New plants form a clump around the original rosette and are easy to pull apart and replant when flowers are replaced by seed capsules. After I relocate the new rosettes, I carry the seed stalks down to my floodplain, shaking them vigorously to release the seeds. If I’m lucky, next year, scarlet spikes will glow among the jewelweeds and goldenrods that also light my autumn wetland.
Two years ago, I decided to add our other native lobelia to my landscape. One of the many benefits of membership in the North Carolina Botanical Garden is the free seed giveaway that members are offered every year. They send you a list of the native seeds they have to offer, and you send in your selections. Of course, the sooner you send in your picks, the more likely you are to get what you asked for. High on my list: Great Blue Lobelia (Lobelia siphilitica).

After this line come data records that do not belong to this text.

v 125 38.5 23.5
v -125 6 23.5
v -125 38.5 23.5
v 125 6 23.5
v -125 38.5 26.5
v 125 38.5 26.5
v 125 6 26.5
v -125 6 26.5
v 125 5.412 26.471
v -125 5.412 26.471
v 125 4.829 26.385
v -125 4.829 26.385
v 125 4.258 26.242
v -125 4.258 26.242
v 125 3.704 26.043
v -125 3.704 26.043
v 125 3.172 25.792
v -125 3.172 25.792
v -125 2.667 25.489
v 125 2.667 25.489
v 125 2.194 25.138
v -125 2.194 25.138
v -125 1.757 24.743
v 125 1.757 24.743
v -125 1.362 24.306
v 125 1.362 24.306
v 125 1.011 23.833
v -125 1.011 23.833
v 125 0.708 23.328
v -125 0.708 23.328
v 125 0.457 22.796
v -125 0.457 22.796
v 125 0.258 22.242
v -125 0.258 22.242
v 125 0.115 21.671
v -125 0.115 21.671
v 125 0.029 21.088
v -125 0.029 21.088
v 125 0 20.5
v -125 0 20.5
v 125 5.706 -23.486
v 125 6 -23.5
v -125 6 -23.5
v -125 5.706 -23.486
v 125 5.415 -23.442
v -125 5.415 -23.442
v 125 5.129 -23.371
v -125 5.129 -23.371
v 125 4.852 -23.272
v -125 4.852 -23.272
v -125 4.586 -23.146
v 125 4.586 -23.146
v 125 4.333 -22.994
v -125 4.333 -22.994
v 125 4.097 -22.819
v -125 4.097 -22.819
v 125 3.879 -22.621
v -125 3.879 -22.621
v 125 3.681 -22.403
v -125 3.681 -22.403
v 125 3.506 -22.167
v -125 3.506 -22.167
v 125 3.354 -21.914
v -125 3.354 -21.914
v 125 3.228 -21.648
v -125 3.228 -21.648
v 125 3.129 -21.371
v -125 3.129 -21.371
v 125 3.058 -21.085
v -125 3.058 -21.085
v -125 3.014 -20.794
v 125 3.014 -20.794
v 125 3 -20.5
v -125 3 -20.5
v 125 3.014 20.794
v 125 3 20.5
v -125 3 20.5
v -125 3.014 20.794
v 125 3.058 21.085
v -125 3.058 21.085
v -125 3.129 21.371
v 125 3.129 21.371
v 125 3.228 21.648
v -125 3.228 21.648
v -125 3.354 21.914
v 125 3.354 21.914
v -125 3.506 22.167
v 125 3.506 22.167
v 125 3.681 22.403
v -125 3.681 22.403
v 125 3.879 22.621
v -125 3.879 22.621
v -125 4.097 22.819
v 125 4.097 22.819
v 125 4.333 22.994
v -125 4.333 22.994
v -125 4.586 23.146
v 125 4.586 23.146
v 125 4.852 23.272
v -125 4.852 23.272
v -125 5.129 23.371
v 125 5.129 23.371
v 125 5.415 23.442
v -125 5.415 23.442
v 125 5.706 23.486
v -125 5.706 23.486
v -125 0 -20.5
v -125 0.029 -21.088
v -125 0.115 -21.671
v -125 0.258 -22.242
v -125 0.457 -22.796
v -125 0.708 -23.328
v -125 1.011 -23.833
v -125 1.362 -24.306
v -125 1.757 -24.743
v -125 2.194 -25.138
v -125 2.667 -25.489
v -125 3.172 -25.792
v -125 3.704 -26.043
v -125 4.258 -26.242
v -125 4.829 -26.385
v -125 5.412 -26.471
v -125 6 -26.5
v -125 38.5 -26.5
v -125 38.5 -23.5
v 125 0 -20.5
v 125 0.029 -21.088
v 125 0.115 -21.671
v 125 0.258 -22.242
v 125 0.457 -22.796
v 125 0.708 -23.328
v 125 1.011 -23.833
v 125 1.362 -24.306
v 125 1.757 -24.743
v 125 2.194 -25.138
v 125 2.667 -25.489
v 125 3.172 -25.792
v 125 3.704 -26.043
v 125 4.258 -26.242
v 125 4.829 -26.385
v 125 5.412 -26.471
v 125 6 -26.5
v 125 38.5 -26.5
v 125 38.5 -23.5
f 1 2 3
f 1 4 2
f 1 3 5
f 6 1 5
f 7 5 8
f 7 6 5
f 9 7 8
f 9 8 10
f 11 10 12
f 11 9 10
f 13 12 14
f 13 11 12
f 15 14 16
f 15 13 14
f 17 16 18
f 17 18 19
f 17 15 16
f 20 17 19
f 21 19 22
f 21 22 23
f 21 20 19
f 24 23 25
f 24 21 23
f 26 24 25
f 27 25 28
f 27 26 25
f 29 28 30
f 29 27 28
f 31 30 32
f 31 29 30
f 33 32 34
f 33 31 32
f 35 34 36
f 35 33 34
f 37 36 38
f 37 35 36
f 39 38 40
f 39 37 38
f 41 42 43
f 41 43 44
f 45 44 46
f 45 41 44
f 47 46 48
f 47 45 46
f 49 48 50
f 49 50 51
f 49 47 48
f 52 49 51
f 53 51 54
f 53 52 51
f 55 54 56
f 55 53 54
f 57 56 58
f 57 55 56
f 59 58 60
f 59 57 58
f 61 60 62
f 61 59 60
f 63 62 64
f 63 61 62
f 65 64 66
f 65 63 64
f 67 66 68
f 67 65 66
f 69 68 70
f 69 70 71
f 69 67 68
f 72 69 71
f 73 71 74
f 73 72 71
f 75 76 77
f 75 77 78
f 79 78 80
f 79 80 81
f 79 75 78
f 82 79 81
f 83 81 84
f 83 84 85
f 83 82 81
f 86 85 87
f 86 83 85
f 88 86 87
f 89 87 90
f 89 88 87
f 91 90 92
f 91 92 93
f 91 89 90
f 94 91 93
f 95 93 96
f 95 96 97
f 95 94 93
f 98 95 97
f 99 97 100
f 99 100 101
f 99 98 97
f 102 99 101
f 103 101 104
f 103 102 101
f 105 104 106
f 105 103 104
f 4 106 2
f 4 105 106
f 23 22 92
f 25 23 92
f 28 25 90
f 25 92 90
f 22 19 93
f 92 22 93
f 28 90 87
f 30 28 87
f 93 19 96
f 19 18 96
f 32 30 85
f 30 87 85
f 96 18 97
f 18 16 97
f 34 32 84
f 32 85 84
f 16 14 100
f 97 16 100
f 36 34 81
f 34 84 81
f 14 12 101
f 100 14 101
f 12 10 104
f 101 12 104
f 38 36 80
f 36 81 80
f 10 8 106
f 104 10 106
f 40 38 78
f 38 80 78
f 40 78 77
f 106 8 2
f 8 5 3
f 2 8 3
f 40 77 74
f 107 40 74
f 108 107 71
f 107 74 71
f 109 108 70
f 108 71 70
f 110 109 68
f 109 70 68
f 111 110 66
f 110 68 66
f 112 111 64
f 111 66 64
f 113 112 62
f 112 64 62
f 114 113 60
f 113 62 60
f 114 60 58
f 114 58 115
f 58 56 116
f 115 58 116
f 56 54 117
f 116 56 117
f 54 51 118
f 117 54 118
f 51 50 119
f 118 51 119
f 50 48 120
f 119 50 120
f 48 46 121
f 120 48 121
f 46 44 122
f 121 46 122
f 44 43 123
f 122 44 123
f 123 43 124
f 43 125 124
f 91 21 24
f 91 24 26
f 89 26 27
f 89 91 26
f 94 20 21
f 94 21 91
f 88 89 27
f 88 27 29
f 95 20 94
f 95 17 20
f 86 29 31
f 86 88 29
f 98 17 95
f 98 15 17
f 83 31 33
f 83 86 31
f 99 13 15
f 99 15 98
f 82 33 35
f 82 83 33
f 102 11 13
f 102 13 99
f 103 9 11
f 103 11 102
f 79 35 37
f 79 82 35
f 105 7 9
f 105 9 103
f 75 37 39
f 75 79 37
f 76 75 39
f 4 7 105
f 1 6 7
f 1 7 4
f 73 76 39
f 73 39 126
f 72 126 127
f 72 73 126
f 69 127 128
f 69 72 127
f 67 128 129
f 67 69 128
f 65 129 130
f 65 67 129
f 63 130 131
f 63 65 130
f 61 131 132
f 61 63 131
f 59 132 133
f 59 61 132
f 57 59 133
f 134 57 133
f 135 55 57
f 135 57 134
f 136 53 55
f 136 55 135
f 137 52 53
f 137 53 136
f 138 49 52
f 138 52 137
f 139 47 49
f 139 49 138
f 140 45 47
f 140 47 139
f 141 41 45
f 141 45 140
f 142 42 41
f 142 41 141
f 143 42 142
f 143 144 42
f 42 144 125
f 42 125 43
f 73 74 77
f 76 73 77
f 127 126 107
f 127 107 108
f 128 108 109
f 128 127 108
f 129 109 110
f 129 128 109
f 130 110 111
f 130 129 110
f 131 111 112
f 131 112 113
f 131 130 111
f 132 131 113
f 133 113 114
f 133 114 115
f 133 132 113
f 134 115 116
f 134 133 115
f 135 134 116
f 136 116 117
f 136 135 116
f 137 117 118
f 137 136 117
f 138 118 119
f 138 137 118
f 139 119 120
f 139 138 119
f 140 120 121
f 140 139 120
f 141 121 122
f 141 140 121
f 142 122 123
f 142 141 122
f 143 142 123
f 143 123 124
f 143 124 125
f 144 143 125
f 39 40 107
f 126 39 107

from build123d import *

# Parameters (mm, degrees)
TRACK_DEPTH = 125


with BuildPart() as part:
    # 草图1 → Track (new, symmetric)
    with BuildSketch(Plane(origin=(0, 0, 0), x_dir=(0, 0, -1), z_dir=(1, 0, 0))):
        with BuildLine():
            Line((-26.5, 38.5), (-26.5, 6))
            ThreePointArc((-26.5, 6), (-24.742640687, 1.757359313), (-20.5, 0))
            Line((-20.5, 0), (20.5, 0))
            ThreePointArc((20.5, 0), (24.742640687, 1.757359313), (26.5, 6))
            Line((26.5, 6), (26.5, 38.5))
            Line((26.5, 38.5), (23.5, 38.5))
            Line((23.5, 38.5), (23.5, 6))
            ThreePointArc((23.5, 6), (22.621320344, 3.878679656), (20.5, 3))
            Line((20.5, 3), (-20.5, 3))
            ThreePointArc((-20.5, 3), (-22.621320344, 3.878679656), (-23.5, 6))
            Line((-23.5, 6), (-23.5, 38.5))
            Line((-23.5, 38.5), (-26.5, 38.5))
        make_face()
    extrude(amount=TRACK_DEPTH, both=True)


solid = part.part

Great Blue Lobelia seeds proved to be just as easy to germinate as their Cardinal Flower cousins. I ended up with many, many tiny seedlings. I opted to grow them in pots for a year to get them to a better size for transplanting success. Last fall, I set out the basal rosettes in areas where my Cardinal Flowers were already flourishing.
Great Blue Lobelia flower stalks don’t grow quite as tall as their carmine cousins, topping out at a height of usually no more than three feet. But the deep blue flowers provide a tranquil, cooling rest for the eyes. And hummingbirds seem to enjoy them almost as much as Cardinal Flowers.
Because all parts of both species are quite poisonous, they are supposed to be less tasty to deer. But I’ve noticed that hungry deer will happily eat the flower stalks if given an opportunity. However, inside my deer-fenced area, and in a few other protected spots, my lobelias are flourishing, bringing a welcome burst of color to my late summer landscape.